Your Aggregate program will accept command line arguments in the form

$ java Aggregate <function> <aggregation column> <input file> <group column 1> <group column 2> … where

  • <function> is one of ‘count’, ‘sum’ or ‘avg’,
  • <aggregation column> is the column name of the column to aggregate,
  • <input file> is the name of the input CSV file, and
  • the <group column x> arguments are column names of grouping columns (at least one must be specified, but in a complete implementation, any number of grouping columns should be allowed).

For example, if the table from Section 1 is contained in the file table_of_grades.csv, the number of grades per student (from Section 1.1) would be computed with the command

$ java Aggregate count grade table_of_grades.csv id and the average grade in each course (from Section 1.3) would be computed with the command

$ java Aggregate avg grade table_of_grades.csv course_subject course_num The program will report an error if any of the following conditions arise.

  • The <function> argument is not one of ‘count’, ‘sum’ or ‘avg’.
  • The input file does not exist, cannot be opened or is not in the correct format.
  • The aggregation column or any of the grouping columns do not exist in the input file.
  • The aggregation column contains any non-numerical data (except the column header). Other columns may contain non-numerical data.
  • A column is used as both a grouping column and an aggregation column.

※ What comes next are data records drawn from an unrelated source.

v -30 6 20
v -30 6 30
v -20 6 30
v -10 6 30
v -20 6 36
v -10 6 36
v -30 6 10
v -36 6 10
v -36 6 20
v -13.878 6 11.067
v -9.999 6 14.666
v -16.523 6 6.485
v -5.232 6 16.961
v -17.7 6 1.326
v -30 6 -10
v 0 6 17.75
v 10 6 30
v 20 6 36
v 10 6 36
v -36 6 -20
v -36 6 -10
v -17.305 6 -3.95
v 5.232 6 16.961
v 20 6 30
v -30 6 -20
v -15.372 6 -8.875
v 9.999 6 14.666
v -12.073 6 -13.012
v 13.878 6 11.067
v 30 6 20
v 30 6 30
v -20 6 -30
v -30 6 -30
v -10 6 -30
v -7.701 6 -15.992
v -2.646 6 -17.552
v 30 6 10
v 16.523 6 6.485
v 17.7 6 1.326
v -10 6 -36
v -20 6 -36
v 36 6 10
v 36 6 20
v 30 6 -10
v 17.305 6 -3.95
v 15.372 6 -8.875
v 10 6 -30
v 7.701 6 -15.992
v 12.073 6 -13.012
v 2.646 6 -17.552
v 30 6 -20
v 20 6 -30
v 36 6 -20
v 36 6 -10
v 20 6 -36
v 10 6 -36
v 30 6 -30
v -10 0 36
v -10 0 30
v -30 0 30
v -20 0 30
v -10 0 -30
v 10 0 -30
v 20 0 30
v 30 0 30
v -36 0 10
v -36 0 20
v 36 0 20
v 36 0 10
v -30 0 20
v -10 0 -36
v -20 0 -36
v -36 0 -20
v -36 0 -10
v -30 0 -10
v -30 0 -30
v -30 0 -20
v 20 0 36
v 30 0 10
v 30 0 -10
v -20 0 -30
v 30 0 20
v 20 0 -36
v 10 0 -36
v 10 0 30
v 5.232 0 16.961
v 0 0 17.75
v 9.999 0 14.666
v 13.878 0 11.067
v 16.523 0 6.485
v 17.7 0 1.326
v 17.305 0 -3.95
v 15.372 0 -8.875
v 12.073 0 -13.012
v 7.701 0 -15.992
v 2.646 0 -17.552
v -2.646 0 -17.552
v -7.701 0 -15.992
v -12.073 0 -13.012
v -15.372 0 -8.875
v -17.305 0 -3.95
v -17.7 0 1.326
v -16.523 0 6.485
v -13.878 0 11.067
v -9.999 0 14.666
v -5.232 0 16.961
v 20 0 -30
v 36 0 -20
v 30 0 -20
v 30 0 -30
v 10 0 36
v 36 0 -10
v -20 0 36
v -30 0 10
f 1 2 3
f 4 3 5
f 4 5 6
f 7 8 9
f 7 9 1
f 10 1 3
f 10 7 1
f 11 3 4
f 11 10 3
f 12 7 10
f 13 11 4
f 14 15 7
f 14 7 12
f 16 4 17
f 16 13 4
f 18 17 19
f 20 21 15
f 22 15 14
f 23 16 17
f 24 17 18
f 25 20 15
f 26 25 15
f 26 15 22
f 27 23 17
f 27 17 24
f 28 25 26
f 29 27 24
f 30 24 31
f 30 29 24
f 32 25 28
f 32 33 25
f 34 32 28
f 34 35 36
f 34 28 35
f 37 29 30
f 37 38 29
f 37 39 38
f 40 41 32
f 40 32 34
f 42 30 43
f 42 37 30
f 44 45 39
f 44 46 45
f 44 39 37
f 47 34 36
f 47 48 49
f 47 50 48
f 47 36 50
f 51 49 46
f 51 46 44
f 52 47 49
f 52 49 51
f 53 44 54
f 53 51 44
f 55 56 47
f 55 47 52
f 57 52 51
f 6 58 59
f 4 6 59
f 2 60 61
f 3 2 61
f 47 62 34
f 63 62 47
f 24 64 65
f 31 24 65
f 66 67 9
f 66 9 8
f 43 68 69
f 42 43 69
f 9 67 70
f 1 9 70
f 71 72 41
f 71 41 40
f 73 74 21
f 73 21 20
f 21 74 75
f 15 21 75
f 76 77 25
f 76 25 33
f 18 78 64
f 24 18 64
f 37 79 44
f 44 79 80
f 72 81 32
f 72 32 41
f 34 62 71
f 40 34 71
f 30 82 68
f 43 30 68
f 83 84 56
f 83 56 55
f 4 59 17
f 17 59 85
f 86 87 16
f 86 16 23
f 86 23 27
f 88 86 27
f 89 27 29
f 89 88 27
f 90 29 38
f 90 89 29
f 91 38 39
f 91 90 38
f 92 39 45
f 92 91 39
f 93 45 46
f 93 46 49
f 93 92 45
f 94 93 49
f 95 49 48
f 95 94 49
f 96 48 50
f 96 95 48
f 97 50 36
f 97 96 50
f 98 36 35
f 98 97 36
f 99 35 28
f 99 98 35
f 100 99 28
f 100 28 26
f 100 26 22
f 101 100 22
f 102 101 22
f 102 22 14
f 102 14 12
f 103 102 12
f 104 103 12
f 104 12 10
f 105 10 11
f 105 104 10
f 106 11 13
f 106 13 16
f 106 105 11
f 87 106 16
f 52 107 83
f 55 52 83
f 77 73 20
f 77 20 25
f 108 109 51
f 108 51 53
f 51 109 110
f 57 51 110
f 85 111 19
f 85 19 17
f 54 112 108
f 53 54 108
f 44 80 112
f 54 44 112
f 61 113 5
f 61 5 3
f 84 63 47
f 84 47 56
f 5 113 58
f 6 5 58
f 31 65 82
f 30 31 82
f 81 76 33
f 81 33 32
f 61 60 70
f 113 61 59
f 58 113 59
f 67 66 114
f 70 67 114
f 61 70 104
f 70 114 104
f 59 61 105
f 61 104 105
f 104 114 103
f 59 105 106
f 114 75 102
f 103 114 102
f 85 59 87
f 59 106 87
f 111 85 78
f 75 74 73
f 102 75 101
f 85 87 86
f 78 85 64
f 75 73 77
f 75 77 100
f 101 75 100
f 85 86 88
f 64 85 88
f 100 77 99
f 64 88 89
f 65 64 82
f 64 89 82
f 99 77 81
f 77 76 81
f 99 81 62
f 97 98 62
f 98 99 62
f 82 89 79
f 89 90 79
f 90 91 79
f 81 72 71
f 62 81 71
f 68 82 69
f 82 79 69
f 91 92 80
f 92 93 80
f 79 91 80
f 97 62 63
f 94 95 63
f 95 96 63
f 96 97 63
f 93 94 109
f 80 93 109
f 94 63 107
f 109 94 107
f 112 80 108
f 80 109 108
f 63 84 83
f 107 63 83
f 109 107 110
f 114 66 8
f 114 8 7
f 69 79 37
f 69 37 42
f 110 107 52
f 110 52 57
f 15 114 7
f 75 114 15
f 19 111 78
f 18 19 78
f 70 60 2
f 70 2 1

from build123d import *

# Parameters (mm, degrees)
SKETCH1_W           = 60
SKETCH1_H           = 60
SKETCH1_R           = 17.75
SKETCH1_W_2         = 10
SKETCH1_H_2         = 6
SKETCH1_W_3         = 6
SKETCH1_H_3         = 10
BOSS_EXTRUDE1_DEPTH = 6


with BuildPart() as part:
    # Sketch1 → Boss-Extrude1 (new body)
    # profile 1 of 9: a face of its own
    with BuildSketch(Plane(origin=(0, 0, 0), x_dir=(1, 0, 0), z_dir=(0, 1, 0))):
        Rectangle(SKETCH1_W, SKETCH1_H)
        with Locations(Location((0, 0, 0), (0, 0, 270))):
            Circle(SKETCH1_R, mode=Mode.SUBTRACT)
    # profile 2 of 9: a face of its own
    with BuildSketch(Plane(origin=(0, 0, 0), x_dir=(1, 0, 0), z_dir=(0, 1, 0))):
        with Locations((15, -33)):
            Rectangle(SKETCH1_W_2, SKETCH1_H_2)
    # profile 3 of 9: a face of its own
    with BuildSketch(Plane(origin=(0, 0, 0), x_dir=(1, 0, 0), z_dir=(0, 1, 0))):
        with Locations((-15, -33)):
            Rectangle(SKETCH1_W_2, SKETCH1_H_2)
    # profile 4 of 9: a face of its own
    with BuildSketch(Plane(origin=(0, 0, 0), x_dir=(1, 0, 0), z_dir=(0, 1, 0))):
        with Locations((-33, -15)):
            Rectangle(SKETCH1_W_3, SKETCH1_H_3)
    # profile 5 of 9: a face of its own
    with BuildSketch(Plane(origin=(0, 0, 0), x_dir=(1, 0, 0), z_dir=(0, 1, 0))):
        with Locations((-33, 15)):
            Rectangle(SKETCH1_W_3, SKETCH1_H_3)
    # profile 6 of 9: a face of its own
    with BuildSketch(Plane(origin=(0, 0, 0), x_dir=(1, 0, 0), z_dir=(0, 1, 0))):
        with Locations((-15, 33)):
            Rectangle(SKETCH1_W_2, SKETCH1_H_2)
    # profile 7 of 9: a face of its own
    with BuildSketch(Plane(origin=(0, 0, 0), x_dir=(1, 0, 0), z_dir=(0, 1, 0))):
        with Locations((15, 33)):
            Rectangle(SKETCH1_W_2, SKETCH1_H_2)
    # profile 8 of 9: a face of its own
    with BuildSketch(Plane(origin=(0, 0, 0), x_dir=(1, 0, 0), z_dir=(0, 1, 0))):
        with Locations((33, 15)):
            Rectangle(SKETCH1_W_3, SKETCH1_H_3)
    # profile 9 of 9: a face of its own
    with BuildSketch(Plane(origin=(0, 0, 0), x_dir=(1, 0, 0), z_dir=(0, 1, 0))):
        with Locations((33, -15)):
            Rectangle(SKETCH1_W_3, SKETCH1_H_3)
    extrude(amount=BOSS_EXTRUDE1_DEPTH)


solid = part.part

If none of the above errors occur, the program will perform the aggregation and output the resulting table to standard output (that is, the console) in the CSV format described in the previous section, including column headers. The only columns that will appear in the output table are the grouping columns and the aggregation result. The grouping columns must appear first, with the last column containing the aggregation result. The column name of the aggregation result column should contain the function name (count, sum or avg) and the name of the original column (e.g. count(grade) or avg(temperature)). The rows of the result table may appear in any order, as long as the header row is first (so you do not have to ensure that the order matches the examples in this document). For example, with table_of_grades.csv defined as in the examples above, the output of the command

$ java Aggregate avg grade table_of_grades.csv course_subject course_num would be course_subject,course_num,avg(grade) CSC,106,73.75

CSC,110,67.0

CSC,225,74.5

MATH,100,72.5

MATH,110,65.5

2.3        Using Outside Code

You are encouraged to use the features of the Java Standard Library (including any of the data structures it provides) in your code. If you use a standard library data structure, make sure you are aware of the running times of the operations you use, since that will be important for determining the running time of your program.

There should be no need to use large volumes of code from other sources (such as outside libraries or the internet) in this assignment. If you believe that your implementation requires an outside library, talk to your instructor.

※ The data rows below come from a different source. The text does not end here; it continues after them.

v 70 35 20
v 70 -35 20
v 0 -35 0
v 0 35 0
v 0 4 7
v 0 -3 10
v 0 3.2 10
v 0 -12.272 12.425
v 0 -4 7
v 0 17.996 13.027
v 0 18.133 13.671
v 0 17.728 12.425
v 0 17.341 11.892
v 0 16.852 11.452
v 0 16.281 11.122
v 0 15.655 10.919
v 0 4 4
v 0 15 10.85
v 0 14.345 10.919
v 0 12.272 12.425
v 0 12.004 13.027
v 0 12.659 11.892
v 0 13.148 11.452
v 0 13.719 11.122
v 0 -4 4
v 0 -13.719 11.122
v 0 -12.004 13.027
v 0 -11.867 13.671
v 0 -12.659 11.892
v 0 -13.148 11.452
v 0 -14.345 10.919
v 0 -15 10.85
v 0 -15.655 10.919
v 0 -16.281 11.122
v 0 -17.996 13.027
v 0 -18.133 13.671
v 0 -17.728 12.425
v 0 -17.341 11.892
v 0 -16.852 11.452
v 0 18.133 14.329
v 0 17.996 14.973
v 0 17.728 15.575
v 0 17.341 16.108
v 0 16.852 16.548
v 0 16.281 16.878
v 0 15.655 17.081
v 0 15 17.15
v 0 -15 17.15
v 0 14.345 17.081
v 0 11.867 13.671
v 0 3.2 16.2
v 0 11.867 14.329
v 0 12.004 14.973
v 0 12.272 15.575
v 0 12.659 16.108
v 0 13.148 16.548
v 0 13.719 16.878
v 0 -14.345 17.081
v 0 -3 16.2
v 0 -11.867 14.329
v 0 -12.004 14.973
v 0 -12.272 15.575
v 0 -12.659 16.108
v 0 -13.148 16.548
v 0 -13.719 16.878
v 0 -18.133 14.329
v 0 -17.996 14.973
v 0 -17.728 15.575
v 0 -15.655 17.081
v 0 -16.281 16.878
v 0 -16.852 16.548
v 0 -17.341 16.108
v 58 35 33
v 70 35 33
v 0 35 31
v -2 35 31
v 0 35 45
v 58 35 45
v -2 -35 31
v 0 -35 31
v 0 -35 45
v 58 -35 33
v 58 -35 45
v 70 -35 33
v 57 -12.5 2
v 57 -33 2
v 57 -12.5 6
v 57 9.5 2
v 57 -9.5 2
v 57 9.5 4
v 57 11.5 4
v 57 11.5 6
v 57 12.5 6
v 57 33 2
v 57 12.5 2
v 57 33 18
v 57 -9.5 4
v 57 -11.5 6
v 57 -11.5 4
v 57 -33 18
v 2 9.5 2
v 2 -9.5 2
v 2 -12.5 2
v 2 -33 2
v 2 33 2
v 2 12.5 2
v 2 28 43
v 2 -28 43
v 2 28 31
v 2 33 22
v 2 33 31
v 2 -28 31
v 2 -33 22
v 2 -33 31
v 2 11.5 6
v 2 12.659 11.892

If you find a small snippet of code on the internet that you want to use (for example, in a StackOverflow thread), put a comment in your code indicating the source (including a complete URL). Remember that using code from an outside source without citation is plagiarism.

You are encouraged to discuss the assignment with your peers, and even to share implementation advice or algorithm ideas. However, you are not permitted to use any code from another CSC 225 student under any circumstances, nor are you permitted to share your code in any way with any other student (or the internet) until after the marking is complete. Sharing your code with others before marking is completed, or using another student’s code for assistance (even if you do not directly copy it) is plagiarism.

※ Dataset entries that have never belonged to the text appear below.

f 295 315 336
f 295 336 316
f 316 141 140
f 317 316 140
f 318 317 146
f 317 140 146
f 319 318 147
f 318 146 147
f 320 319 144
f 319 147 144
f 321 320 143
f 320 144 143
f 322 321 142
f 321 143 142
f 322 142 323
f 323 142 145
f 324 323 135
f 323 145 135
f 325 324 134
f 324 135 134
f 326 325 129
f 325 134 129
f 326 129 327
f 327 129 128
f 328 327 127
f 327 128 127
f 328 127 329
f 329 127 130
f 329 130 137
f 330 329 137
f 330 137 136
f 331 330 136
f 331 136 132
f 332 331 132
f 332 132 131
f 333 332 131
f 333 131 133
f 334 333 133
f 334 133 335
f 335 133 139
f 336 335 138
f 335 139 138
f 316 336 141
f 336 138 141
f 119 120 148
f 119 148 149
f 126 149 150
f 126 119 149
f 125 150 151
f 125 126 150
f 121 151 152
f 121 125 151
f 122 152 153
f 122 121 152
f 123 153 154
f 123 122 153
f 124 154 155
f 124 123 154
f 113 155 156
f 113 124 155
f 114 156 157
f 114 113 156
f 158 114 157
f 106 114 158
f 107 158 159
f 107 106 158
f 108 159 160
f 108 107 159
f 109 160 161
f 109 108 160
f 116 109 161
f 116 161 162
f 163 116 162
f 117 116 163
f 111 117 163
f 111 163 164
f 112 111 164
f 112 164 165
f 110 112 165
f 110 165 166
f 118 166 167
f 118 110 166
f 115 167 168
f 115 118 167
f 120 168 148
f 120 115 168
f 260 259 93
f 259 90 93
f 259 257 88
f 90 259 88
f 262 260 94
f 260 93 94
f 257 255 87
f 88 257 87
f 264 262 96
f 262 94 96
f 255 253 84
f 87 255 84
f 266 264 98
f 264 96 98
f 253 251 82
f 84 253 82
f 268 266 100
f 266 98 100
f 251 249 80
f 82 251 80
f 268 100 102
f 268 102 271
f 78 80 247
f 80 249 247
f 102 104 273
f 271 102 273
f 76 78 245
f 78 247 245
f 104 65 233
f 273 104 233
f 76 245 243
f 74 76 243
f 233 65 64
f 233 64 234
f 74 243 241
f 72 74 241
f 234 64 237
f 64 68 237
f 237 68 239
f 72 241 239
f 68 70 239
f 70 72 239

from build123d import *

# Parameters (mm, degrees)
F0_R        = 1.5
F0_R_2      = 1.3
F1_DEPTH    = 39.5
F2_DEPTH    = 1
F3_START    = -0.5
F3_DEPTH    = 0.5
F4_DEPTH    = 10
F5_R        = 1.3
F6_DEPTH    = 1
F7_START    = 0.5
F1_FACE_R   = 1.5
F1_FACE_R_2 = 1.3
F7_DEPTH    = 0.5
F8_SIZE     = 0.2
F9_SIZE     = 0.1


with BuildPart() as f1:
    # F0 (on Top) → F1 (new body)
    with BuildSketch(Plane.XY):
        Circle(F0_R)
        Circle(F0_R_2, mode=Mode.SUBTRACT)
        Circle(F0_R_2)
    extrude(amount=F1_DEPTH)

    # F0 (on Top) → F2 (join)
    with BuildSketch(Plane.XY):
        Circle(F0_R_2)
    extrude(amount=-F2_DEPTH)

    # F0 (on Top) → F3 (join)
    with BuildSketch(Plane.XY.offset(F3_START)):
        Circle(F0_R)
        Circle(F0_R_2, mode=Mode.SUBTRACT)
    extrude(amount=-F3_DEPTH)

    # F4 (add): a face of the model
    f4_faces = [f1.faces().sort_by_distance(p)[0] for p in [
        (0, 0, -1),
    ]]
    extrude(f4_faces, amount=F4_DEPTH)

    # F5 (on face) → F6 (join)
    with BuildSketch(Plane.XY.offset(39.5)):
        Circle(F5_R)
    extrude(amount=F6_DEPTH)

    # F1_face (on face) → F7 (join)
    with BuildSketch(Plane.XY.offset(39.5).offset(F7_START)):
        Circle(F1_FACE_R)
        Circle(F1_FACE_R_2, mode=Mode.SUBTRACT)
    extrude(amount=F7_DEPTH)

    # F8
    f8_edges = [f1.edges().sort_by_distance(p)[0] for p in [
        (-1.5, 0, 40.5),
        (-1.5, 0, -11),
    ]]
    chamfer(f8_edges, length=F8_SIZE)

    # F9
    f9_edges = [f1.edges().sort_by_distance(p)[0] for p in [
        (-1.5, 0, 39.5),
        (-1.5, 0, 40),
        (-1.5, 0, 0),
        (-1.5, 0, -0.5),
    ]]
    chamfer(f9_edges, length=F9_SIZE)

2.4        Implementation Advice

Although this assignment may seem daunting, most of the complexity lies in the specification (since this application is likely new to you) and in the finishing touches needed to make the algorithm asymptotically fast. The actual volume of code needed may be significantly less than assignments you have completed in the past. Your instructor’s solution required about 150 lines of Java code.

You are encouraged to try designing a solution from scratch, since the design process is often the most difficult part of a software project. However, if you are stuck, or feeling uninspired, consider implementing your solution in the following steps.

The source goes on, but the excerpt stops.